Deferred Problems

EE 364: Spring 2026


Daily Derivation: Beta-Binomial Conjugacy

Prove that a beta prior \(h(\theta) = \textrm{Beta}(\alpha, \beta)\) is conjugate to a binomial likelihood \(g(x | \theta) = b(n, \theta)\): \(f(\theta | x) = \textrm{Beta}(\alpha + x, \beta + n - x)\).

Mixture Prior Conjugacy

Suppose Bayesian prior \(p_k(\theta)\) and posterior \(p_k(\theta|x)\) are conjugate with likelihood \(f(x|\theta)\) for \(k = \{1, \ldots, n\}\). Show that the mixture prior \(p(\theta) = \sum_{k=1}^{n} w_k p_k(\theta)\) is conjugate and find the conjugate posterior \(p(\theta|x)\) as a function of \(p_k(\theta|x)\) — mixing weights \(0 < w_k < 1\) and \(\sum_{k=1}^{n} w_k = 1\). Use this fact to find the posterior of the success probability \(p\) after performing twelve coin-flips and observing 9 successes under prior \(p \sim 0.25 \textrm{Beta}(1,1) + 0.75 \textrm{Beta}(5,5)\).

Problem 6

Suppose that there are \(n\) discrete probability density functions \(f_1, f_2, \ldots, f_n\), defined on the same sample space \(\Omega\). A probability density is a nonnegative function on the elements \(k \in \Omega\) that sums to one.

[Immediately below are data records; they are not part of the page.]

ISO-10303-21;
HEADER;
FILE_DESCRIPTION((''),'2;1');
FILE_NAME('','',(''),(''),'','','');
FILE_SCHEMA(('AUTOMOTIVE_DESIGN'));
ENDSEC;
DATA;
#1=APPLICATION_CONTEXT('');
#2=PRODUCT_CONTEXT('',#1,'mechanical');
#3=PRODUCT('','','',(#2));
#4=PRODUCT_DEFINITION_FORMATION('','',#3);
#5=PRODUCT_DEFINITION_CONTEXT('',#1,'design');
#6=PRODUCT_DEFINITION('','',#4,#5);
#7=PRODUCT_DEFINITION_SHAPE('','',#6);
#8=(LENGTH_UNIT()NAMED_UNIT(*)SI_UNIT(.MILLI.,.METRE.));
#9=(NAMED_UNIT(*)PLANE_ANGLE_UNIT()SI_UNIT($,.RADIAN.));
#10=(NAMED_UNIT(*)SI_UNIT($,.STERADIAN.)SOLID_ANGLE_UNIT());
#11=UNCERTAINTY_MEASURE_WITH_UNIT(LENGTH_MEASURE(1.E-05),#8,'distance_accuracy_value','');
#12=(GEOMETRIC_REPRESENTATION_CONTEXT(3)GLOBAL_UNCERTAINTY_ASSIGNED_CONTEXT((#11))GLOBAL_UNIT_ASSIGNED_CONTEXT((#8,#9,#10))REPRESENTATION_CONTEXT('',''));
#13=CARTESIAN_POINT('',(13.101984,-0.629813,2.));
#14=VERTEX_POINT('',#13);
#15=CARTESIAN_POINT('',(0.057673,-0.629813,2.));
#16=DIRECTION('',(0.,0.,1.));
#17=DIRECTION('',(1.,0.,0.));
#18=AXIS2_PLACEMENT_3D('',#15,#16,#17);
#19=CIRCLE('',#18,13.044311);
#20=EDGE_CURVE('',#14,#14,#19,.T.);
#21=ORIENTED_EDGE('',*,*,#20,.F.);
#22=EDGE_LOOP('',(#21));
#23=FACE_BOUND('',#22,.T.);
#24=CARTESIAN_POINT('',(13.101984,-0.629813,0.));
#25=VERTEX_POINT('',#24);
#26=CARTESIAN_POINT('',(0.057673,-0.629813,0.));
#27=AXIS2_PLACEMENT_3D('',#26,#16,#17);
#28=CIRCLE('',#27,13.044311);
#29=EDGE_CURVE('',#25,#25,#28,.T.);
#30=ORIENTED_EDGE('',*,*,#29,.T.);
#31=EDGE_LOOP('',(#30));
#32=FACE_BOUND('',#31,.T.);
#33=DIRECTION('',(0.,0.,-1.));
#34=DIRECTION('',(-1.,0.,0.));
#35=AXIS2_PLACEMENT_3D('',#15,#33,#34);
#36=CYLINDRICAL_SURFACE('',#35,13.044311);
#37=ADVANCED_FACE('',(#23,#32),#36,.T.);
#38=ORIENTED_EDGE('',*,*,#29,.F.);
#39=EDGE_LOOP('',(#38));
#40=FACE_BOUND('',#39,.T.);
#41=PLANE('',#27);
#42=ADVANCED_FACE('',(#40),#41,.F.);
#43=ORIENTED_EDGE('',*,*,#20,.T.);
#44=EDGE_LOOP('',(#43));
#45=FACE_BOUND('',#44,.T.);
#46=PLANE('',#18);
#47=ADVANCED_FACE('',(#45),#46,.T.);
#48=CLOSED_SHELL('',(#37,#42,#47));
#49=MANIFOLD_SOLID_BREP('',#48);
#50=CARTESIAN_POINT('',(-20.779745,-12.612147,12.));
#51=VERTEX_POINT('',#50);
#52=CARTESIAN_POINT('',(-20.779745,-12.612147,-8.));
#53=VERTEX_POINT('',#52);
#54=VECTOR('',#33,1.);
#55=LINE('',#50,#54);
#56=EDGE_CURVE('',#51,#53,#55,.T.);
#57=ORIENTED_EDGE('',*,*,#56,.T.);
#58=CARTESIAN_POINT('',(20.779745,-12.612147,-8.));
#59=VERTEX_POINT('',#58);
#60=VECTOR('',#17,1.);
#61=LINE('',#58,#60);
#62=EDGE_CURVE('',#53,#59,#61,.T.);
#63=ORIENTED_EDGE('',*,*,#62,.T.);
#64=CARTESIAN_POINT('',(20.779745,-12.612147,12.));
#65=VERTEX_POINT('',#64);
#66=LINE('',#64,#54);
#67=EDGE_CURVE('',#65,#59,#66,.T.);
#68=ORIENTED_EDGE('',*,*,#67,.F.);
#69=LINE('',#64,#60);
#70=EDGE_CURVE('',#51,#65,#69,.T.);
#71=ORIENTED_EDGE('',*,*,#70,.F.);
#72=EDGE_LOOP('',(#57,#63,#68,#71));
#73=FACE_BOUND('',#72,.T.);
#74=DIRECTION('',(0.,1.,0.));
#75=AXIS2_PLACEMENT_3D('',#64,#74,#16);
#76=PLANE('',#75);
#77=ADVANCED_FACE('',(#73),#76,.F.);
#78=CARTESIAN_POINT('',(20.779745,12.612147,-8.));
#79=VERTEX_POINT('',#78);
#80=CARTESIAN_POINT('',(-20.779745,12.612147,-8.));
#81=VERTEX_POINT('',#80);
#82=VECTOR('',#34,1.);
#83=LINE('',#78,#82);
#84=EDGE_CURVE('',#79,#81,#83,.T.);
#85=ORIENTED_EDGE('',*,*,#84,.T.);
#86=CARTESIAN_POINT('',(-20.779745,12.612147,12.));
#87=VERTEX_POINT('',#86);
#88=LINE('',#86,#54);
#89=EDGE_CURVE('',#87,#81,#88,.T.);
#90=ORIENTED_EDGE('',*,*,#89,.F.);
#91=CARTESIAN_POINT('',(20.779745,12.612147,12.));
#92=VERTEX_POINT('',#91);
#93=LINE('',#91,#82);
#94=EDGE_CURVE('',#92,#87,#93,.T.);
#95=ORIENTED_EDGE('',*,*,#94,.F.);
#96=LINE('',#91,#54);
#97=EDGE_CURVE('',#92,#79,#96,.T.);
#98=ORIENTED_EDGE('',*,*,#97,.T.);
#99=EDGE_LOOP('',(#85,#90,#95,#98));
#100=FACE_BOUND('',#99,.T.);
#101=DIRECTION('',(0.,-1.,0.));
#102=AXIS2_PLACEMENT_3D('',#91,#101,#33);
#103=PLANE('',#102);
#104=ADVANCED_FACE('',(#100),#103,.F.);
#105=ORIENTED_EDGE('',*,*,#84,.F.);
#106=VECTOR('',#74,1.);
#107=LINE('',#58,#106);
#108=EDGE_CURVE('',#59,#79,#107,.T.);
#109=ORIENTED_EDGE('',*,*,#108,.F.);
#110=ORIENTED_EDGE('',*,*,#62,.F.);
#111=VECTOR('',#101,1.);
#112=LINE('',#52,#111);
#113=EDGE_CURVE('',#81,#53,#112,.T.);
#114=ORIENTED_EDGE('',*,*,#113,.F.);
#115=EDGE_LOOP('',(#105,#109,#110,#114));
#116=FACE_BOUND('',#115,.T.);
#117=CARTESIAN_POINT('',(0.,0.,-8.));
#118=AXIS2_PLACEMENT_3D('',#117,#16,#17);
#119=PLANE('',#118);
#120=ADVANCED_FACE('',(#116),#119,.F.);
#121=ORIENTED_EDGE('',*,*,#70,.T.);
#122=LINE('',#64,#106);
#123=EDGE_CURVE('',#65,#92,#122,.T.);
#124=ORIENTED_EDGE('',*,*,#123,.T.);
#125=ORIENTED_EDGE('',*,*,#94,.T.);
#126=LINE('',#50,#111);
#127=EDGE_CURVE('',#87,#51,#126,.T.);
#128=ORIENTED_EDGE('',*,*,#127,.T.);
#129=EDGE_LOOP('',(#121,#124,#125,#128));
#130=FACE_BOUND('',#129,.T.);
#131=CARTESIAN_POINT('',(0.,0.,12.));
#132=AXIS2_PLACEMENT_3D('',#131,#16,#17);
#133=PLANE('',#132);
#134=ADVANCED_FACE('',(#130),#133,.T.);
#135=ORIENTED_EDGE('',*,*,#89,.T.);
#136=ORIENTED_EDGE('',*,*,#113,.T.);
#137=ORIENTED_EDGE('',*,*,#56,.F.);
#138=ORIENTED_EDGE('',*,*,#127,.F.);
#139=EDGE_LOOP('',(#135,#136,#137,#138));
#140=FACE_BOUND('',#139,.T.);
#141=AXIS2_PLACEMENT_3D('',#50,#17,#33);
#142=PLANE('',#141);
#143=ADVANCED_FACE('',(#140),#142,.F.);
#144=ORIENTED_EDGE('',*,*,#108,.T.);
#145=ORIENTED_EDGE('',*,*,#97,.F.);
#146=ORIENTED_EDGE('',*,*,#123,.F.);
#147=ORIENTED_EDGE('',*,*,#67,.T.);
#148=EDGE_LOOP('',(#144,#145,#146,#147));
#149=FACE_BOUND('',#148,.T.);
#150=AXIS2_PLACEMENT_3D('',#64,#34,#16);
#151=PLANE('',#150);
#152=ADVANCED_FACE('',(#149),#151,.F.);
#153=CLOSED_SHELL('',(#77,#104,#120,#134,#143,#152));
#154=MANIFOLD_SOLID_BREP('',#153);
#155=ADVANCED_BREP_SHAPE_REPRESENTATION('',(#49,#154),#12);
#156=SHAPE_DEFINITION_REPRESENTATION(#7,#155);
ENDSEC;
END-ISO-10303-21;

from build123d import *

# Parameters (mm, degrees)
SKETCH1_R           = 13.044310864
BOSS_EXTRUDE1_DEPTH = 2
SKETCH2_W           = 41.559490096
SKETCH2_H           = 25.224294724
BOSS_EXTRUDE2_DEPTH = 10


with BuildPart() as part:
    # Sketch1 → Boss-Extrude1 (new body)
    with BuildSketch(Plane.XY):
        with Locations((0.057673109, -0.629813302)):
            Circle(SKETCH1_R)
    extrude(amount=BOSS_EXTRUDE1_DEPTH)


with BuildPart() as body_2:
    # Sketch2 → Boss-Extrude2 (new, symmetric)
    with BuildSketch(Plane.XY.offset(2)):
        Rectangle(SKETCH2_W, SKETCH2_H)
    extrude(amount=BOSS_EXTRUDE2_DEPTH, both=True)


solid = Compound([part.part, body_2.part])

Suppose further that the \(n\) nonnegative weights \(w_1, w_2, \ldots, w_n\) also sum to one. Form the weighted mixture \(f\) as follows: \[f(k) = \sum_{j=1}^{n} w_j f_j(k).\] Is the mixture \(f\) a probability density function?

Convergence Under Linear Combination

  1. Random sequences \(X_n \overset{p}{\longrightarrow} X\) and \(Y_n \overset{p}{\longrightarrow} Y\). Show that \(X_n + a Y_n \overset{p}{\longrightarrow} X + a Y\) for any \(a \in \mathbb{R}\). [Hint: triangle inequality.]

  2. Random sequences \(V_n \overset{m}{\longrightarrow} V\) and \(W_n \overset{m}{\longrightarrow} W\). Show that \(V_n + b W_n \overset{m}{\longrightarrow} V + b W\) for any \(b \in \mathbb{R}\). [Hint: Cauchy-Schwarz.]

Expected Distance (Uniform)

A firehouse is to be built at some point along a road with length \(L\). Fires occur uniformly over the road. If the firehouse is built at a distance a from the left endpoint of the road what is the expected distance the firetruck will have to travel?

Problem 18

Computer Problems: Approximate the following integrals using a Monte Carlo simulation. Compare your estimates with the exact values (if known):

  1. \(\displaystyle \int_{-2}^{2} e^{x + x^2} dx\).

  2. \(\displaystyle \int_{0}^{4 \pi} \textrm{sinc}(x) dx\).

  3. \(\displaystyle \int_{0}^{1} \int_{0}^{1} e^{-(x + y)^2} dy dx\).